(MATERIAL PROVIDED begins)

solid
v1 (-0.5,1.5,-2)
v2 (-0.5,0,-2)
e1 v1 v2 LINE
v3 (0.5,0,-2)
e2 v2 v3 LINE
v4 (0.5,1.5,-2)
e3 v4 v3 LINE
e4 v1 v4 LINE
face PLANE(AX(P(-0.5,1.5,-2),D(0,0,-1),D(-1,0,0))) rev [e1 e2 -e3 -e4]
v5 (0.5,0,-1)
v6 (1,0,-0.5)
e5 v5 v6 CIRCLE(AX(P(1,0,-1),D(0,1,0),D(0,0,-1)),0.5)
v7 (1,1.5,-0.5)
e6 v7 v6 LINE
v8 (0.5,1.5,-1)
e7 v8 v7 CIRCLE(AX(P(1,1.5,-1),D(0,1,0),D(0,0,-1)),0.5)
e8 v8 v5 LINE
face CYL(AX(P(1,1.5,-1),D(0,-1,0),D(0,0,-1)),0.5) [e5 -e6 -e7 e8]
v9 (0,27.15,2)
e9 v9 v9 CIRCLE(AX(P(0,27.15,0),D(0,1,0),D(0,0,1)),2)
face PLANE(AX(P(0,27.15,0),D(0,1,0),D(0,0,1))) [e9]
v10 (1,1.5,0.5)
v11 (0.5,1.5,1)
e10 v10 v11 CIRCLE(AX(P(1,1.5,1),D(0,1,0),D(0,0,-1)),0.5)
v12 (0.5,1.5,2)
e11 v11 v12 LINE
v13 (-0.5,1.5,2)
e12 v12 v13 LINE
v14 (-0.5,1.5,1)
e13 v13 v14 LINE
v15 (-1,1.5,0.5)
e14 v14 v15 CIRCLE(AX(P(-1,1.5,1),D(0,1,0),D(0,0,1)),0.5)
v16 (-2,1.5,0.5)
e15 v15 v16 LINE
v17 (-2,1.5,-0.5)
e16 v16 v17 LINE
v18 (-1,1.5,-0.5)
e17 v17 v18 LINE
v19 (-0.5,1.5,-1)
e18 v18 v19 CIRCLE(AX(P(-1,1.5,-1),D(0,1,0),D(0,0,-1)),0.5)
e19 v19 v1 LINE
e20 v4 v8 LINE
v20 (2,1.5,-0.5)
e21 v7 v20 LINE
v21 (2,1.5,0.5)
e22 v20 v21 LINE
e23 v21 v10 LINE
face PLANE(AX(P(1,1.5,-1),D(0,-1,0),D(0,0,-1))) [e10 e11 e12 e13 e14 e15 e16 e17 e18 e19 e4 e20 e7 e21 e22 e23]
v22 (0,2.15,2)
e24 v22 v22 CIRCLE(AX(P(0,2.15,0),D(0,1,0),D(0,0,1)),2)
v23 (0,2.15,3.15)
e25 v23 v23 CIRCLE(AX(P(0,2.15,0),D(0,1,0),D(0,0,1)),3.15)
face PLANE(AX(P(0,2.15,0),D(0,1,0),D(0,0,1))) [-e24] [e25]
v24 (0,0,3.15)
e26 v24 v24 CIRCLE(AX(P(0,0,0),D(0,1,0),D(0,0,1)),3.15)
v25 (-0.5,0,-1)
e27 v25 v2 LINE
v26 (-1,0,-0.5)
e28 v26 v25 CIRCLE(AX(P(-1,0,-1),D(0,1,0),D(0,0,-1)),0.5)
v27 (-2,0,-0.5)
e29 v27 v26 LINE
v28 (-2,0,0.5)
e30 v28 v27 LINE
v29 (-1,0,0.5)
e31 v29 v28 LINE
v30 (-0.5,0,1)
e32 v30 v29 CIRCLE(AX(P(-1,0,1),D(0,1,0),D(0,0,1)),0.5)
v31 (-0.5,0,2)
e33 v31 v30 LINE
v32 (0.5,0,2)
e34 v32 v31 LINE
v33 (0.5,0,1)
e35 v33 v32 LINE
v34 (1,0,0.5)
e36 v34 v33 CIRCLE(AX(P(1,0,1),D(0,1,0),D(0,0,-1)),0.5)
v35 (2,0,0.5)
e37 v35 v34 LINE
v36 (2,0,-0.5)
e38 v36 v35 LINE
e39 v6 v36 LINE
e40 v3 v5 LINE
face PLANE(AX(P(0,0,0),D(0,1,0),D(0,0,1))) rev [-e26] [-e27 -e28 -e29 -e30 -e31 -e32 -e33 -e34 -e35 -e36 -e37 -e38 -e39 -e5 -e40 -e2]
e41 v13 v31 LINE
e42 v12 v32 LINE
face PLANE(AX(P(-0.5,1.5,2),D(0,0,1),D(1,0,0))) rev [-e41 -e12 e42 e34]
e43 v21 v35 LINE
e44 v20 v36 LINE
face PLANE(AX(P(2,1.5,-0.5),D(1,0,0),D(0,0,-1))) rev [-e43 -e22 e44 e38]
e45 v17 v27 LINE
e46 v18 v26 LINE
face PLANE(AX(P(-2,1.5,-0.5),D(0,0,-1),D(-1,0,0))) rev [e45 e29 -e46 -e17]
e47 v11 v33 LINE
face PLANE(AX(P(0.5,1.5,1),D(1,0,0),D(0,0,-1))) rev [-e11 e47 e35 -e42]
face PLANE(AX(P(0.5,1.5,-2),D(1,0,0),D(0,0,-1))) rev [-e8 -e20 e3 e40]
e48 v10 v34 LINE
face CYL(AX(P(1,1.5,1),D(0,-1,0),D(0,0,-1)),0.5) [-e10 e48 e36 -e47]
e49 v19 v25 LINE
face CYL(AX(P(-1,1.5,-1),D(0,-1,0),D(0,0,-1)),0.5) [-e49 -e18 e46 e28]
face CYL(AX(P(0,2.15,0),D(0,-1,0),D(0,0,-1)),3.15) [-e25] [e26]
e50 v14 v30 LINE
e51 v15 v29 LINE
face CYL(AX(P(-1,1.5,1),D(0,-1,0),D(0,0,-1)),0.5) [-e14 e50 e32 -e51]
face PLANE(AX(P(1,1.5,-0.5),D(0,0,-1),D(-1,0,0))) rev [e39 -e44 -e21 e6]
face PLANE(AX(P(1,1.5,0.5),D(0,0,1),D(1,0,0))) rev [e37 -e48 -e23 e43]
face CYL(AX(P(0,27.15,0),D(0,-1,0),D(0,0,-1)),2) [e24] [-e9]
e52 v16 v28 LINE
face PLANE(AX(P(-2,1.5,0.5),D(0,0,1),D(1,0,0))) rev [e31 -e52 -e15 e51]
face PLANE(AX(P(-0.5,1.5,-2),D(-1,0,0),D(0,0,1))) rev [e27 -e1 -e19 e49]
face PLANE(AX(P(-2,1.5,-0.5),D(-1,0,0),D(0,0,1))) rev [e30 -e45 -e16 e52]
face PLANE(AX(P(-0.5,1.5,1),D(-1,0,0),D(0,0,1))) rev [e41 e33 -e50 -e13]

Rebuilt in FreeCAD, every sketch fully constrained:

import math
import FreeCAD as App
import Part
import Sketcher

doc = App.newDocument("Part")
body = doc.addObject("PartDesign::Body", "Body")

# Sketch on XZ plane
sketch1 = body.newObject("Sketcher::SketchObject", "Sketch")
sketch1.AttachmentSupport = (doc.getObject("XZ_Plane"), [""])
sketch1.MapMode = "FlatFace"
sketch1.addGeometry(Part.Circle(App.Vector(0, 0, 0), App.Vector(0, 0, 1), 3.1), False)
sketch1.addConstraint([
    Sketcher.Constraint("Coincident", 0, 3, -1, 1),
    Sketcher.Constraint("Diameter", 0, 6.3),
])
pad1 = body.newObject("PartDesign::Pad", "Pad")
pad1.Profile = sketch1
pad1.Length = 2.15
pad1.Reversed = True

# Sketch on XZ plane
sketch2 = body.newObject("Sketcher::SketchObject", "Sketch001")
sketch2.AttachmentSupport = (doc.getObject("XZ_Plane"), [""])
sketch2.MapMode = "FlatFace"
sketch2.AttachmentOffset = App.Placement(App.Vector(0, 0, -2.15), App.Rotation())
sketch2.addGeometry(Part.Circle(App.Vector(0, 0, 0), App.Vector(0, 0, 1), 2), False)
sketch2.addConstraint([
    Sketcher.Constraint("Coincident", 0, 3, -1, 1),
    Sketcher.Constraint("Diameter", 0, 4.0),
])
pad2 = body.newObject("PartDesign::Pad", "Pad001")
pad2.Profile = sketch2
pad2.Length = 25
pad2.Reversed = True

# Sketch on XZ plane
sketch3 = body.newObject("Sketcher::SketchObject", "Sketch002")
sketch3.AttachmentSupport = (doc.getObject("XZ_Plane"), [""])
sketch3.MapMode = "FlatFace"
sketch3.addGeometry([
    Part.LineSegment(App.Vector(-0.5, 2, 0), App.Vector(-0.5, 1, 0)),  # 0
    Part.ArcOfCircle(Part.Circle(App.Vector(-1, 1, 0), App.Vector(0, 0, 1), 0.5), math.radians(-90), math.radians(0)),  # 1
    Part.LineSegment(App.Vector(-1, 0.5, 0), App.Vector(-2, 0.5, 0)),  # 2
    Part.LineSegment(App.Vector(-2, 0.5, 0), App.Vector(-2, -0.5, 0)),  # 3
    Part.LineSegment(App.Vector(-2, -0.5, 0), App.Vector(-1, -0.5, 0)),  # 4
    Part.ArcOfCircle(Part.Circle(App.Vector(-1, -1, 0), App.Vector(0, 0, 1), 0.5), math.radians(0), math.radians(90)),  # 5
    Part.LineSegment(App.Vector(-0.5, -1, 0), App.Vector(-0.5, -2, 0)),  # 6
    Part.LineSegment(App.Vector(-0.5, -2, 0), App.Vector(0.5, -2, 0)),  # 7
    Part.LineSegment(App.Vector(0.5, -2, 0), App.Vector(0.5, -1, 0)),  # 8
    Part.ArcOfCircle(Part.Circle(App.Vector(1, -1, 0), App.Vector(0, 0, 1), 0.5), math.radians(90), math.radians(180)),  # 9
    Part.LineSegment(App.Vector(1, -0.5, 0), App.Vector(2, -0.5, 0)),  # 10
    Part.LineSegment(App.Vector(2, -0.5, 0), App.Vector(2, 0.5, 0)),  # 11
    Part.LineSegment(App.Vector(2, 0.5, 0), App.Vector(1, 0.5, 0)),  # 12
    Part.ArcOfCircle(Part.Circle(App.Vector(1, 1, 0), App.Vector(0, 0, 1), 0.5), math.radians(180), math.radians(270)),  # 13
    Part.LineSegment(App.Vector(0.5, 1, 0), App.Vector(0.5, 2, 0)),  # 14
    Part.LineSegment(App.Vector(0.5, 2, 0), App.Vector(-0.5, 2, 0)),  # 15
], False)
sketch3.addConstraint([
    Sketcher.Constraint("Tangent", 0, 2, 1, 2),
    Sketcher.Constraint("Tangent", 1, 1, 2, 1),
    Sketcher.Constraint("Coincident", 2, 2, 3, 1),
    Sketcher.Constraint("Coincident", 3, 2, 4, 1),
    Sketcher.Constraint("Tangent", 4, 2, 5, 2),
    Sketcher.Constraint("Tangent", 5, 1, 6, 1),
    Sketcher.Constraint("Coincident", 6, 2, 7, 1),
    Sketcher.Constraint("Coincident", 7, 2, 8, 1),
    Sketcher.Constraint("Tangent", 8, 2, 9, 2),
    Sketcher.Constraint("Tangent", 9, 1, 10, 1),
    Sketcher.Constraint("Coincident", 10, 2, 11, 1),
    Sketcher.Constraint("Coincident", 11, 2, 12, 1),
    Sketcher.Constraint("Tangent", 12, 2, 13, 2),
    Sketcher.Constraint("Tangent", 13, 1, 14, 1),
    Sketcher.Constraint("Coincident", 14, 2, 15, 1),
    Sketcher.Constraint("Coincident", 15, 2, 0, 1),
    Sketcher.Constraint("Vertical", 0),
    Sketcher.Constraint("Horizontal", 2),
    Sketcher.Constraint("Vertical", 3),
    Sketcher.Constraint("Horizontal", 4),
    Sketcher.Constraint("Vertical", 6),
    Sketcher.Constraint("Horizontal", 7),
    Sketcher.Constraint("Vertical", 8),
    Sketcher.Constraint("Horizontal", 10),
    Sketcher.Constraint("Vertical", 11),
    Sketcher.Constraint("Horizontal", 12),
    Sketcher.Constraint("Vertical", 14),
    Sketcher.Constraint("Horizontal", 15),
    Sketcher.Constraint("Equal", 1, 5),
    Sketcher.Constraint("Equal", 5, 9),
    Sketcher.Constraint("Equal", 9, 13),
    Sketcher.Constraint("Symmetric", 1, 3, 9, 3, -1, 1),
    Sketcher.Constraint("Symmetric", 5, 3, 13, 3, -1, 1),
    Sketcher.Constraint("Symmetric", 5, 3, 9, 3, -2),
    Sketcher.Constraint("Equal", 4, 7),
    Sketcher.Constraint("Equal", 7, 10),
    Sketcher.Constraint("Equal", 15, 0),
    Sketcher.Constraint("Equal", 0, 3),
    Sketcher.Constraint("Equal", 3, 6),
    Sketcher.Constraint("Radius", 1, 0.5),
    Sketcher.Constraint("DistanceX", 2, 2, 2, 1, 1.0),
])
pocket1 = body.newObject("PartDesign::Pocket", "Pocket")
pocket1.Profile = sketch3
pocket1.Length = 1.5

doc.recompute()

(MATERIAL PROVIDED ends)

**WORK TO COMPLETE:** Each line in the entries above, starting at the line with "e17 v17 v18 LINE" and ending at the line with "e49 v19 v25 LINE", is to be printed exactly, and only those lines.

**SOLUTION TO THE EXERCISE:**
e17 v17 v18 LINE
v19 (-0.5,1.5,-1)
e18 v18 v19 CIRCLE(AX(P(-1,1.5,-1),D(0,1,0),D(0,0,-1)),0.5)
e19 v19 v1 LINE
e20 v4 v8 LINE
v20 (2,1.5,-0.5)
e21 v7 v20 LINE
v21 (2,1.5,0.5)
e22 v20 v21 LINE
e23 v21 v10 LINE
face PLANE(AX(P(1,1.5,-1),D(0,-1,0),D(0,0,-1))) [e10 e11 e12 e13 e14 e15 e16 e17 e18 e19 e4 e20 e7 e21 e22 e23]
v22 (0,2.15,2)
e24 v22 v22 CIRCLE(AX(P(0,2.15,0),D(0,1,0),D(0,0,1)),2)
v23 (0,2.15,3.15)
e25 v23 v23 CIRCLE(AX(P(0,2.15,0),D(0,1,0),D(0,0,1)),3.15)
face PLANE(AX(P(0,2.15,0),D(0,1,0),D(0,0,1))) [-e24] [e25]
v24 (0,0,3.15)
e26 v24 v24 CIRCLE(AX(P(0,0,0),D(0,1,0),D(0,0,1)),3.15)
v25 (-0.5,0,-1)
e27 v25 v2 LINE
v26 (-1,0,-0.5)
e28 v26 v25 CIRCLE(AX(P(-1,0,-1),D(0,1,0),D(0,0,-1)),0.5)
v27 (-2,0,-0.5)
e29 v27 v26 LINE
v28 (-2,0,0.5)
e30 v28 v27 LINE
v29 (-1,0,0.5)
e31 v29 v28 LINE
v30 (-0.5,0,1)
e32 v30 v29 CIRCLE(AX(P(-1,0,1),D(0,1,0),D(0,0,1)),0.5)
v31 (-0.5,0,2)
e33 v31 v30 LINE
v32 (0.5,0,2)
e34 v32 v31 LINE
v33 (0.5,0,1)
e35 v33 v32 LINE
v34 (1,0,0.5)
e36 v34 v33 CIRCLE(AX(P(1,0,1),D(0,1,0),D(0,0,-1)),0.5)
v35 (2,0,0.5)
e37 v35 v34 LINE
v36 (2,0,-0.5)
e38 v36 v35 LINE
e39 v6 v36 LINE
e40 v3 v5 LINE
face PLANE(AX(P(0,0,0),D(0,1,0),D(0,0,1))) rev [-e26] [-e27 -e28 -e29 -e30 -e31 -e32 -e33 -e34 -e35 -e36 -e37 -e38 -e39 -e5 -e40 -e2]
e41 v13 v31 LINE
e42 v12 v32 LINE
face PLANE(AX(P(-0.5,1.5,2),D(0,0,1),D(1,0,0))) rev [-e41 -e12 e42 e34]
e43 v21 v35 LINE
e44 v20 v36 LINE
face PLANE(AX(P(2,1.5,-0.5),D(1,0,0),D(0,0,-1))) rev [-e43 -e22 e44 e38]
e45 v17 v27 LINE
e46 v18 v26 LINE
face PLANE(AX(P(-2,1.5,-0.5),D(0,0,-1),D(-1,0,0))) rev [e45 e29 -e46 -e17]
e47 v11 v33 LINE
face PLANE(AX(P(0.5,1.5,1),D(1,0,0),D(0,0,-1))) rev [-e11 e47 e35 -e42]
face PLANE(AX(P(0.5,1.5,-2),D(1,0,0),D(0,0,-1))) rev [-e8 -e20 e3 e40]
e48 v10 v34 LINE
face CYL(AX(P(1,1.5,1),D(0,-1,0),D(0,0,-1)),0.5) [-e10 e48 e36 -e47]
e49 v19 v25 LINE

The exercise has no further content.